13. The method according to claim 12 including executing application code with multiple execution threads that requires that application data for said application code needs to be converted from a common interchange format to a local machine format in order to operate

14. The method according to claim 12 including executing application code with multiple execution threads that requires that application data for said application code needs to be altered and converted back to that common interchange format such that the application data will be brought into the microprocessor data cache in such a way that only one set in the local data cache will be written with the application data to be converted.

15. The method of claim 1 wherein the instruction that is executing may be allowed to have a very long operand length such as the size of a cache line or larger.

16. A computer system, comprising a plurality of microprocessors, a cache memory for said processors, and a main memory coupled to said cache memory for providing a data cache, application code having instructions to be decoded and processed,

means to identify based on a given instruction being decoded that the operand data which the given instruction will access by its nature will not have locality of access and should be installed in said cache in such a way that each successive line brought into the data cache that hits the same congruence class should be placed in the same data set as to not disturb the locality of the data that resided in the data cache prior to the execution of the given instruction that accessed the data that will not have locality of access.

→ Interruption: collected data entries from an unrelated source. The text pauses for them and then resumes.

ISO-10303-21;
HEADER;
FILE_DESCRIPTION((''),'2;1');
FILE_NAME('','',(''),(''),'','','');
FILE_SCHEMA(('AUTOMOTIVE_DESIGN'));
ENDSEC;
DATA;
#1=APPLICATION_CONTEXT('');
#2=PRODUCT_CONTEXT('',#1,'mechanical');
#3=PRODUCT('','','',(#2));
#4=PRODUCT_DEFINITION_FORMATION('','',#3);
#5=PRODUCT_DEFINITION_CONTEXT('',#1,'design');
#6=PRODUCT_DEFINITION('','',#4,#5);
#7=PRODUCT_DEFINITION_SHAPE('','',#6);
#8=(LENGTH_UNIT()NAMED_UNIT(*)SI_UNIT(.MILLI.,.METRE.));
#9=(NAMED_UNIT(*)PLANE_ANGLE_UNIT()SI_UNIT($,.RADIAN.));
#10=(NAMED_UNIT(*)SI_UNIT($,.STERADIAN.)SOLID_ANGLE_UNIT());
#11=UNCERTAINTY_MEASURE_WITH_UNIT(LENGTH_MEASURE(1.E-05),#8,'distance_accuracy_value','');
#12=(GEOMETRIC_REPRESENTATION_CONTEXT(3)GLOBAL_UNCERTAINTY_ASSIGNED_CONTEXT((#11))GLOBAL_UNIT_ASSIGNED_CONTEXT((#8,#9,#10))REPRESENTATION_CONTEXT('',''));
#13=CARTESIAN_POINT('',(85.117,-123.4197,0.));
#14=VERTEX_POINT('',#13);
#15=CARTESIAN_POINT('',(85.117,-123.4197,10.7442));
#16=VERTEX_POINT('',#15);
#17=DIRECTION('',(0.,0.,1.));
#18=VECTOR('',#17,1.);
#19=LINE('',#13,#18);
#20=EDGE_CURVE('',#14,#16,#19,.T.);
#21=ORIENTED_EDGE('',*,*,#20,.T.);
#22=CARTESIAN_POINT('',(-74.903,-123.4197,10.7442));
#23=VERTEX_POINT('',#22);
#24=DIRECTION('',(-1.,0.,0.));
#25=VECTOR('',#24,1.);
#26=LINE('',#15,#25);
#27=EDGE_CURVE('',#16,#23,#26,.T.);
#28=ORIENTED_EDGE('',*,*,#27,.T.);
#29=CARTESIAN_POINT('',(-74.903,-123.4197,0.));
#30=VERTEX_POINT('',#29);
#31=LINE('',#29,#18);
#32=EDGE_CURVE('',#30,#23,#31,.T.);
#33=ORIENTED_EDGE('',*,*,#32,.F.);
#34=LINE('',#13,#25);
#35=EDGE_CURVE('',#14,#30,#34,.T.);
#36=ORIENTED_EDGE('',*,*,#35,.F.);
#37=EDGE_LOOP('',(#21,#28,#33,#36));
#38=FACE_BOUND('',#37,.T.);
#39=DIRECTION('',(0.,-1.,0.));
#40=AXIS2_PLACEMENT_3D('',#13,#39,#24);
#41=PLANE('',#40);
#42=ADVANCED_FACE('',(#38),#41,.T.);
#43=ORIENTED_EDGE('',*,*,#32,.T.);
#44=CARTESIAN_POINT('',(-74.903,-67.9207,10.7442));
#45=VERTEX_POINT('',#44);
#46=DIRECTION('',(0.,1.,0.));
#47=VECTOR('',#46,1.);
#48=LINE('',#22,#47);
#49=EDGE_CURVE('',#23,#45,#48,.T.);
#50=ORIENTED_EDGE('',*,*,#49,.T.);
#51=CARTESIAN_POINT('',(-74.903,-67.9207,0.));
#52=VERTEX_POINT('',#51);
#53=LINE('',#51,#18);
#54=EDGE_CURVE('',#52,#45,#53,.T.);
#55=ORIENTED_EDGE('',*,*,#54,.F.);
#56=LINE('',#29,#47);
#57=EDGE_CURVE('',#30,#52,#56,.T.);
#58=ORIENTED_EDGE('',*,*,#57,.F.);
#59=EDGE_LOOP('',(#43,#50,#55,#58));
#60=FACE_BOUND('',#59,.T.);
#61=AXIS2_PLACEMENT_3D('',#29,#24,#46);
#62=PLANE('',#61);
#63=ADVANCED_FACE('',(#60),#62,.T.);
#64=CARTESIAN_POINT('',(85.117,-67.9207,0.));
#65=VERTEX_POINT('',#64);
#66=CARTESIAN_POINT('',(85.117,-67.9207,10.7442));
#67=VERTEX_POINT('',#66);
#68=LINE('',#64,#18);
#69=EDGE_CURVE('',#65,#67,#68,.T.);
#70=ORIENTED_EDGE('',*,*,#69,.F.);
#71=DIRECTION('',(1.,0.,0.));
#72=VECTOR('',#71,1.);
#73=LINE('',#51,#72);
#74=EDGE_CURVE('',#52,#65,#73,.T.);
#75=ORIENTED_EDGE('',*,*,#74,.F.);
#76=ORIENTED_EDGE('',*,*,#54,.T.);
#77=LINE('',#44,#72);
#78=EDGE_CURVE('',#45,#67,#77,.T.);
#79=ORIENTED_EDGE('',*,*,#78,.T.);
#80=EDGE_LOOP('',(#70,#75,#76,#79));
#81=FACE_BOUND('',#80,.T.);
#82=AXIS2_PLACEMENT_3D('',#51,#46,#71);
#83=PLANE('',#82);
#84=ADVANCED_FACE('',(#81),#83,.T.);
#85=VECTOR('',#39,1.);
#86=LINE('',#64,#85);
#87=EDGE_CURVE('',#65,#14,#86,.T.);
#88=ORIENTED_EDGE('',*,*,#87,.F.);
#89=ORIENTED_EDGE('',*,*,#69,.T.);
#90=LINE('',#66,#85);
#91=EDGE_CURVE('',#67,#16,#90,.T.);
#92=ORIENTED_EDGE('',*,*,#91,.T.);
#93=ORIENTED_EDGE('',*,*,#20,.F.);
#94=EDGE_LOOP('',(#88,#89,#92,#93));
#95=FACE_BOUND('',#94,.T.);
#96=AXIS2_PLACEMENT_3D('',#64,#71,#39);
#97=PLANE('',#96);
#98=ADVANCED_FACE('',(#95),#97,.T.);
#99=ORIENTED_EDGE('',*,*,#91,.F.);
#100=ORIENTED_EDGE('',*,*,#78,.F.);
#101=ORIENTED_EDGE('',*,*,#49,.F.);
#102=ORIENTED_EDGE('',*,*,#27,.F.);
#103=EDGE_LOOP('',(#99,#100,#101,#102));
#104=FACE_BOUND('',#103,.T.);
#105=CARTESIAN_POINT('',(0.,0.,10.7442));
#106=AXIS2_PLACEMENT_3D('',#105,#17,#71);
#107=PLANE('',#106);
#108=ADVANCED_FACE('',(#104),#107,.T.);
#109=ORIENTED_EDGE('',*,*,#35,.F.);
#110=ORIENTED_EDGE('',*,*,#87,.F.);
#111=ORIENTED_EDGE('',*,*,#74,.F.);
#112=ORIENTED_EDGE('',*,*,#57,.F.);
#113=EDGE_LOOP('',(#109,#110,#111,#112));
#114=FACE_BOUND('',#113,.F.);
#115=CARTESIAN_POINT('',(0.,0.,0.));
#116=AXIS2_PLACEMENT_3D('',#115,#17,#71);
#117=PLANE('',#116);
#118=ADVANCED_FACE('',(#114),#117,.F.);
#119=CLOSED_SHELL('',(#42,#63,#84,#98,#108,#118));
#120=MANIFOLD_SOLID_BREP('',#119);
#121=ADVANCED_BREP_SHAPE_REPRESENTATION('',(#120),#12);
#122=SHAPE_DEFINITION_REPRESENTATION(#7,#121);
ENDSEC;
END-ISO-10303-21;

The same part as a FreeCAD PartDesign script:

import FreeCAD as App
import Part
import Sketcher
from FreeCAD import Vector
Q = App.Units.Quantity


def add_polygon(sketch, points):
    """Adds a closed chain of lines whose ends are joined by coincident constraints."""
    first, n = sketch.GeometryCount, len(points)
    for a, b in zip(points, points[1:] + points[:1]):
        sketch.addGeometry(Part.LineSegment(App.Vector(*a, 0), App.Vector(*b, 0)), False)
    for i in range(n):
        sketch.addConstraint(Sketcher.Constraint("Coincident", first + i, 2, first + (i + 1) % n, 1))

doc = App.newDocument("Part")
params = doc.addObject("Spreadsheet::Sheet", "Params")
for row, (alias, value) in enumerate([
    ("sketch1_width", "6.3 in"),
    ("sketch1_height", "2.185 in"),
    ("pad1_length", "0.423 in"),
], start=1):
    params.set(f"A{row}", alias)
    params.set(f"B{row}", "=" + value)
    params.setAlias(f"B{row}", alias)

body = doc.addObject("PartDesign::Body", "Body")

sketch1 = body.newObject("Sketcher::SketchObject", "Sketch")
sketch1.AttachmentSupport = (doc.getObject("XY_Plane"), [""])
sketch1.MapMode = "FlatFace"
add_polygon(sketch1, [(85, -68), (-75, -68), (-75, -123), (85, -123)])
sketch1.addConstraint([
    Sketcher.Constraint("Horizontal", 0),
    Sketcher.Constraint("Vertical", 1),
    Sketcher.Constraint("Horizontal", 2),
    Sketcher.Constraint("Vertical", 3),
    Sketcher.Constraint("DistanceX", 0, 2, 0, 1, Q("6.3 in")),
    Sketcher.Constraint("DistanceY", 1, 2, 1, 1, Q("2.185 in")),
    Sketcher.Constraint("DistanceX", 0, 2, -1, 1, 74.903),
    Sketcher.Constraint("DistanceY", 0, 2, -1, 1, 67.9207),
])
sketch1.setExpression("Constraints[8]", "Params.sketch1_width")
sketch1.setExpression("Constraints[9]", "Params.sketch1_height")
pad1 = body.newObject("PartDesign::Pad", "Pad")
pad1.Profile = sketch1
pad1.setExpression("Length", "Params.pad1_length")

doc.recompute()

17. The computer system according to claim 16 wherein an attribute bit on a request made to the data cache identifies that the system can alter the normal values set in the a most recently used (MRU) bits or least recently used (LRU) bits when a new cache line is installed in the local data cache so that all operand data for this given instruction's operand will be installed in a single set.

18. The computer system of claim 17 wherein the instruction has a very long operand length equaling the size of a cache line or larger.

19. A method of A method for preventing operand from polluting a data cache in a computer system, comprising

identifying based on a given instruction being decoded that the operand data which the given instruction will access by its nature will not have locality of access and should be installed in said cache in such a way that each successive line brought into the data cache that hits the same congruence class should be placed in the same data set as to not disturb the locality of the data that resided in the data cache prior to the execution of the given instruction that accessed the data that will not have locality of access.

20. The method according to claim 19 wherein an attribute bit on a request made to the data cache identifies that the system can alter the normal values set in the a most recently used (MRU) bits or least recently used (LRU) bits when a new cache line is installed in the local data cache so that all operand data for this given instruction's operand will be installed in a single set.